Full year 2017 reported diluted EPS totaled $3.61, a 37 percent increase from prior year results. Full year 2017 adjusted diluted EPS totaled $4.36, a 32 percent increase over full year 2016 combined results
Fourth quarter reported diluted EPS totaled $0.54, a 13 percent decrease from prior year results. Fourth quarter adjusted diluted EPS totaled $1.12, a 32 percent increase over fourth quarter 2016 adjusted results. Adjusted results exclude merger-related adjustments. Adjusted fourth quarter 2017 results also exclude the gain on the disposition of the company's ownership interest in Avendra and the provisional tax charge resulting from the U.S. Tax Cuts and Jobs Act of 2017.
Full year 2017 reported diluted EPS totaled $3.61, a 37 percent increase from prior year results. Full year 2017 adjusted diluted EPS totaled $4.36, a 32 percent increase over full year 2016 combined results. Adjusted full year 2017 results exclude merger-related adjustments, the gain on the disposition of the company's ownership interest in Avendra and the provisional tax charge resulting from the U.S. Tax Cuts and Jobs Act of 2017. Combined full year 2016 results assume Marriott's acquisition of Starwood and Starwood's sale of its timeshare business had been completed on January 1, 2015.

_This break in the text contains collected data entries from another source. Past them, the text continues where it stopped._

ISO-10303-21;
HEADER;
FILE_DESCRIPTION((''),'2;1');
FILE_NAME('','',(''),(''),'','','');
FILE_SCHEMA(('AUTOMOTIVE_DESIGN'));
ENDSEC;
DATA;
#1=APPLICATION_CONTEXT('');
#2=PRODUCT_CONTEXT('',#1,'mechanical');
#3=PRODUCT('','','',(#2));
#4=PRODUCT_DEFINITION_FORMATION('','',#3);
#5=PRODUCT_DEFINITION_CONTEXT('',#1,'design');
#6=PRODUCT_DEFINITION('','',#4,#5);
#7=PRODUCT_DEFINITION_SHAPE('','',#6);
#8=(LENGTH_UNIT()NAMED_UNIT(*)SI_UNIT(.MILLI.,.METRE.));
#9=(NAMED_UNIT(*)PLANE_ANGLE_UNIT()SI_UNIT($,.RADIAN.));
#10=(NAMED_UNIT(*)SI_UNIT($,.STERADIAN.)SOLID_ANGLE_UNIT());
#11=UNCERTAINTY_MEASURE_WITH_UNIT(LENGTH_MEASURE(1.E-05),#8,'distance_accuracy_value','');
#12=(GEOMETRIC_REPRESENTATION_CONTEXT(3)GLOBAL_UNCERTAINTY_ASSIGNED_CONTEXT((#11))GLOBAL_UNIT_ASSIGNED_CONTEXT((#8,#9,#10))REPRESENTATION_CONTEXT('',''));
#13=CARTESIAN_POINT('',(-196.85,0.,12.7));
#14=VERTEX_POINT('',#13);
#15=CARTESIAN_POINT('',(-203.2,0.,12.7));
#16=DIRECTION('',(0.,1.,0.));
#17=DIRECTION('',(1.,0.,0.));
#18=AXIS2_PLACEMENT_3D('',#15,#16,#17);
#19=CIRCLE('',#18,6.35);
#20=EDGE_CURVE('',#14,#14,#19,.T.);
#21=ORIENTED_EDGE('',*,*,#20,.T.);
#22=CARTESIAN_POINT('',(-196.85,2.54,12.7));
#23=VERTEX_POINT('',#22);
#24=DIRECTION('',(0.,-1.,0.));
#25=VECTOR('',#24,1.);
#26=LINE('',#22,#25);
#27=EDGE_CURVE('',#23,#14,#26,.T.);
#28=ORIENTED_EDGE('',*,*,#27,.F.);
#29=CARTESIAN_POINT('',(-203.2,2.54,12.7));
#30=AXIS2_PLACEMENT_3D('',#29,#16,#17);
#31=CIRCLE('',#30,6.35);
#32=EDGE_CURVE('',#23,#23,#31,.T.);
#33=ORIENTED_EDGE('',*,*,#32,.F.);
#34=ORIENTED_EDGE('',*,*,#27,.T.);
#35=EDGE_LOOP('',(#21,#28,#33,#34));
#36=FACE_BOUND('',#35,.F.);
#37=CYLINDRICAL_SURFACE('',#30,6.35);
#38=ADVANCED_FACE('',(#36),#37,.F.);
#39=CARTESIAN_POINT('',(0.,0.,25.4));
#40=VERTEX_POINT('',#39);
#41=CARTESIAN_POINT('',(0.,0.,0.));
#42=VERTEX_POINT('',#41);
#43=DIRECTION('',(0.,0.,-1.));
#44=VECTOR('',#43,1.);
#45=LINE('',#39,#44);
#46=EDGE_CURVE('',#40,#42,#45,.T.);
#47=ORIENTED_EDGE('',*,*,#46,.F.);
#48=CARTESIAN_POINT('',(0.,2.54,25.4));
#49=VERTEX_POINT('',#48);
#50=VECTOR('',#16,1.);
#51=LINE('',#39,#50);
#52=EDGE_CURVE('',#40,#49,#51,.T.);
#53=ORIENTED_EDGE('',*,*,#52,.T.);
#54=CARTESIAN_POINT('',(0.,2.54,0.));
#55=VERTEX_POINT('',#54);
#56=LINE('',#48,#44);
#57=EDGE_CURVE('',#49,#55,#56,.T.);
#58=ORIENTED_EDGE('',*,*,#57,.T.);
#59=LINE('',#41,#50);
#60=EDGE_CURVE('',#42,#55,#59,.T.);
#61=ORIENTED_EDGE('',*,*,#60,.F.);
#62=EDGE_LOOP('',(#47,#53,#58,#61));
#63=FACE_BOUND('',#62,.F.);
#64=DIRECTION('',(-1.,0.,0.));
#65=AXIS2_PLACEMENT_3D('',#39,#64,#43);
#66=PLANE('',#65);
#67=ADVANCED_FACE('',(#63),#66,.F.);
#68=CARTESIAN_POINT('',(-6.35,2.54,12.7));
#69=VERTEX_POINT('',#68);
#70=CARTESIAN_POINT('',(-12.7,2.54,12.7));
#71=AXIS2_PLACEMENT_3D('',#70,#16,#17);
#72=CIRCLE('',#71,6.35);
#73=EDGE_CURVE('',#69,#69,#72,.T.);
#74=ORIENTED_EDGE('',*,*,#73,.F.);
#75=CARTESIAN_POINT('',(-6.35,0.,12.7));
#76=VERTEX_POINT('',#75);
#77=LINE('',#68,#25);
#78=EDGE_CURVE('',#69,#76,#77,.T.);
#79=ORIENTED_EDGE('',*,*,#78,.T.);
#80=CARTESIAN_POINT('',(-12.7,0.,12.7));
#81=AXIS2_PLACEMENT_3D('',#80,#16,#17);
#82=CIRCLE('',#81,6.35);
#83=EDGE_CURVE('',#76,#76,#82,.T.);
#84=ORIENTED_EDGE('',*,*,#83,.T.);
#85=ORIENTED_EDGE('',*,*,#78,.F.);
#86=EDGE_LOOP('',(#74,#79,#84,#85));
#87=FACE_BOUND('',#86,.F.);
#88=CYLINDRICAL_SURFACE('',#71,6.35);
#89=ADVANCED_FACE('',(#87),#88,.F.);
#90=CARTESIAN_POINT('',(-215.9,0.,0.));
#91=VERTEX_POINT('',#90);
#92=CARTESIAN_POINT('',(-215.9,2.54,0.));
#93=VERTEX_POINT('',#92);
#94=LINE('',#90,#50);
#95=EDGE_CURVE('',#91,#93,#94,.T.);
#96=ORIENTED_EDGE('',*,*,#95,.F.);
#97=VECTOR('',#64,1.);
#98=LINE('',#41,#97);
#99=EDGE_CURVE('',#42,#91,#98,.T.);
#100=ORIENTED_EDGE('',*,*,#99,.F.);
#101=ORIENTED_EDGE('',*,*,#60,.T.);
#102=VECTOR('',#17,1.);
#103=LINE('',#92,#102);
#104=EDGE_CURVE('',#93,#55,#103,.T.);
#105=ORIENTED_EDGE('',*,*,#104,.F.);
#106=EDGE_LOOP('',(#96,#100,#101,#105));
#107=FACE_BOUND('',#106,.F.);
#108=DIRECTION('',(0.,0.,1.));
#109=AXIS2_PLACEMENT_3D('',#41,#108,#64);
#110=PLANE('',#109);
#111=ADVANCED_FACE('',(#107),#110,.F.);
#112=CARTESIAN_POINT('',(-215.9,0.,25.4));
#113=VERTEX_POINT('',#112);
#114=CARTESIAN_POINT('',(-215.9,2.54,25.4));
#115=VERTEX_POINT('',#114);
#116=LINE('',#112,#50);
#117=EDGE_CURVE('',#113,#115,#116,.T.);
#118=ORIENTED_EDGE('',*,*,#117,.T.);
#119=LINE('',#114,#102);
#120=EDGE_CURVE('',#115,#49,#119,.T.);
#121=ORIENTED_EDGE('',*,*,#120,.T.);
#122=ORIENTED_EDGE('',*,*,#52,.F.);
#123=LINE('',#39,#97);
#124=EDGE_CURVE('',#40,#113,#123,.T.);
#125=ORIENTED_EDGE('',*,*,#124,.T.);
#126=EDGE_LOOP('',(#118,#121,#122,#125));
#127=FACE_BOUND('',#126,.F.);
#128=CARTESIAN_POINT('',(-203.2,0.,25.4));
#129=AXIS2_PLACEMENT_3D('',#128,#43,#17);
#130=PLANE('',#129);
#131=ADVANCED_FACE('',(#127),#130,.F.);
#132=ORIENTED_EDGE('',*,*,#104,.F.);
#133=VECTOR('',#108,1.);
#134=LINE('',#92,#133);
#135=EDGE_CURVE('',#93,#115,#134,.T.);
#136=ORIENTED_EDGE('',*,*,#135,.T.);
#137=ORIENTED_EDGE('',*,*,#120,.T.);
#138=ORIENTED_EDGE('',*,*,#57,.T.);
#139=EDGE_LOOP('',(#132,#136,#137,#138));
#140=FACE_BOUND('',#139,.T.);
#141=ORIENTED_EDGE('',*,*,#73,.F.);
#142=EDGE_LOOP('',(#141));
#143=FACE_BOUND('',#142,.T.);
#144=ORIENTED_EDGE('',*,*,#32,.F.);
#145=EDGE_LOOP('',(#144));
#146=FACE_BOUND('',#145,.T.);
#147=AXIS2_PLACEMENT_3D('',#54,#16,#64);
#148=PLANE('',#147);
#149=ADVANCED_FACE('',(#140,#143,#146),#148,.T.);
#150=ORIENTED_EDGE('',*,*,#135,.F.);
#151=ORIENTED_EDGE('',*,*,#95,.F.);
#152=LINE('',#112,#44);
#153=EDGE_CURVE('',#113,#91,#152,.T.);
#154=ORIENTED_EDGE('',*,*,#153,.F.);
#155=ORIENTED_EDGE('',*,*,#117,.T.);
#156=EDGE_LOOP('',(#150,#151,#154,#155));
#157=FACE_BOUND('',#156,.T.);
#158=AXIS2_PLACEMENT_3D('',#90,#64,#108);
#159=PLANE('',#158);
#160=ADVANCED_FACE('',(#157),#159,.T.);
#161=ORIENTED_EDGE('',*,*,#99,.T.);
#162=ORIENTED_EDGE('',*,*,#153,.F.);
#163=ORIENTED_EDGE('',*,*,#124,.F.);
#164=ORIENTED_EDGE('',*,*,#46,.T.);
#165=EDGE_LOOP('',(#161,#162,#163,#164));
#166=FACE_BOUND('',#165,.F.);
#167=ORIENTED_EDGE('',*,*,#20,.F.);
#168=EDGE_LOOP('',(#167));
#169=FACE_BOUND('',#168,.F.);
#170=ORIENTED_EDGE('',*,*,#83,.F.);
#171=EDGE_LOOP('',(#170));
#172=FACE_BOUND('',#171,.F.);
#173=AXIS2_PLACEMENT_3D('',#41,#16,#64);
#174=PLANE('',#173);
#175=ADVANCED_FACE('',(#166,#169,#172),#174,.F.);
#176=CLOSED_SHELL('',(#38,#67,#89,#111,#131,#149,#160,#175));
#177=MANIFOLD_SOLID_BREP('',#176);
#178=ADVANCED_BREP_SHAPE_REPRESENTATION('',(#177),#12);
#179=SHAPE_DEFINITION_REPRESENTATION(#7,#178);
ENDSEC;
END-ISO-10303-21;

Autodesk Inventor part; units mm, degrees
ref_plane "YZ Plane" through (0, 0, 0) normal (1, 0, 0) x (0, 1, 0)
ref_plane "XZ Plane" through (0, 0, 0) normal (0, 1, 0) x (-1, 0, 0)
ref_plane "XY Plane" through (0, 0, 0) normal (0, 0, 1) x (1, 0, 0)
sketch "Sketch1" plane through (0, 0, 0) normal (0, 1, 0) x (-1, 0, 0)
  line L0 (203.2, 25.4) -> (0, 25.4)
  line L1 (0, 25.4) -> (0, 0)
  line L2 (0, 0) -> (203.2, 0)
  line L3 (203.2, 0) -> (203.2, 25.4)
extrude "Extrusion1" add sketch "Sketch1" along normal blind 2.54
sketch "Sketch2" plane through (0, 2.54, 0) normal (0, 1, 0) x (1, 0, 0)
  circle A0 centre (-12.7, -12.7) radius 6.35
  point P0 (0, 0)
  dimension "d2" = 12.7
sketch "Sketch3" plane through (-203.2, 0, 0) normal (-1, 0, 0) x (0, 0, 1)
  line L0 (25.4, 0) -> (0, 0) projected
  line L1 (25.4, 0) -> (25.4, 2.54) projected
  line L2 (0, 2.54) -> (25.4, 2.54) projected
  line L3 (0, 0) -> (0, 2.54) projected
extrude "Extrusion2" add sketch "Sketch3" along normal blind 12.7
sketch "Sketch4" plane through (0, 2.54, 0) normal (0, 1, 0) x (1, 0, 0)
  circle A0 centre (-203.2, -12.7) radius 6.35
  point P0 (0, 0)
  dimension "d5" = 12.7
extrude "Extrusion3" cut sketch "Sketch4" against normal blind 2.54
extrude "Extrusion4" cut sketch "Sketch2" against normal blind 2.54
properties part number "4barBar"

Worldwide comparable systemwide constant dollar RevPAR rose 4.6 percent in the 2017 fourth quarter, while North American comparable systemwide constant dollar RevPAR rose 3.9 percent.
Worldwide comparable systemwide constant dollar RevPAR rose 3.1 percent for full year 2017, while North American comparable systemwide constant dollar RevPAR rose 2.1 percent.
The company added over 76,000 rooms during 2017, including roughly 11,000 rooms converted from competitor brands and nearly 30,000 rooms in international markets.
At year-end, Marriott's worldwide development pipeline increased to approximately 2,700 hotels and more than 460,000 rooms, including nearly 34,000 rooms approved, but not yet subject to signed contracts.
Fourth quarter reported net income totaled $201 million, an 18 percent decrease from prior year results. Fourth quarter adjusted net income totaled $415 million, a 24 percent increase over prior year adjusted results.
Adjusted earnings before interest, taxes, depreciation and amortization (EBITDA) totaled $808 million in the quarter, a 7 percent increase over fourth quarter 2016 adjusted EBITDA.
For full year 2017, Marriott repurchased 29.2 million shares of the company's common stock for $3.0 billion, including 7.4 million shares for $925 million during the fourth quarter. To date in 2018, the company has repurchased 2.3 million shares for $315 million.
Arne M. Sorenson, president and chief executive officer of Marriott International, said, "2017 was a terrific year. We made great progress on the integration of Starwood, capturing significant property and corporate overhead cost synergies while also increasing our worldwide RevPAR index. We entered into a joint venture with Alibaba to better engage with Chinese customers and invested in PlacePass to provide our guests with even more experiential travel opportunities. We also signed strategic new credit card agreements that will allow us to strengthen our customer offerings, generate significant benefits for our owners and franchisees, and provide higher branding fees for Marriott".
"In the first full year after acquiring Starwood, solid RevPAR gains, strong rooms growth, and property-level margin improvement combined to deliver record fee revenue. With our owners and franchisees, we opened over 76,000 rooms during the year to reach over 1.25 million rooms. Significant new signings drove our development pipeline to a record 460,000 rooms, over 80 percent of which are in the upscale, upper upscale or luxury tiers. Compared to combined full year 2016 results, worldwide systemwide RevPAR rose 3 percent during the year; adjusted operating income increased 13 percent; and adjusted earnings per share increased 32 percent. We returned $3.5 billion to shareholders in share repurchases and dividends during the year.
"In 2018, we anticipate our number of rooms will increase roughly 7 percent gross, while rooms deletions should total 1 to 1.5 percent during the year. We also continue to expect global RevPAR will increase by 1 to 3 percent. As a result of U.S. tax reform, we expect our effective tax rate in 2018 will decline meaningfully to approximately 22 percent. Not including incremental asset sales, we expect to return roughly $2.5 billion to shareholders in share repurchases and dividends in 2018.
"Our company was founded on the principle of taking care of our associates, so they take care of our guests, who then keep coming back. For 2018, we plan to invest in our workforce by offering an additional one-time contribution to the Marriott International retirement savings plans. Structured as a $5-to-$1 company match of up to $1,000, the vast majority of participating associates should receive this incremental company contribution. This contribution will be available to eligible associates at company-operated hotels, as well as those in corporate and regional offices, in the U.S. We also expect to invest in global associate support programs."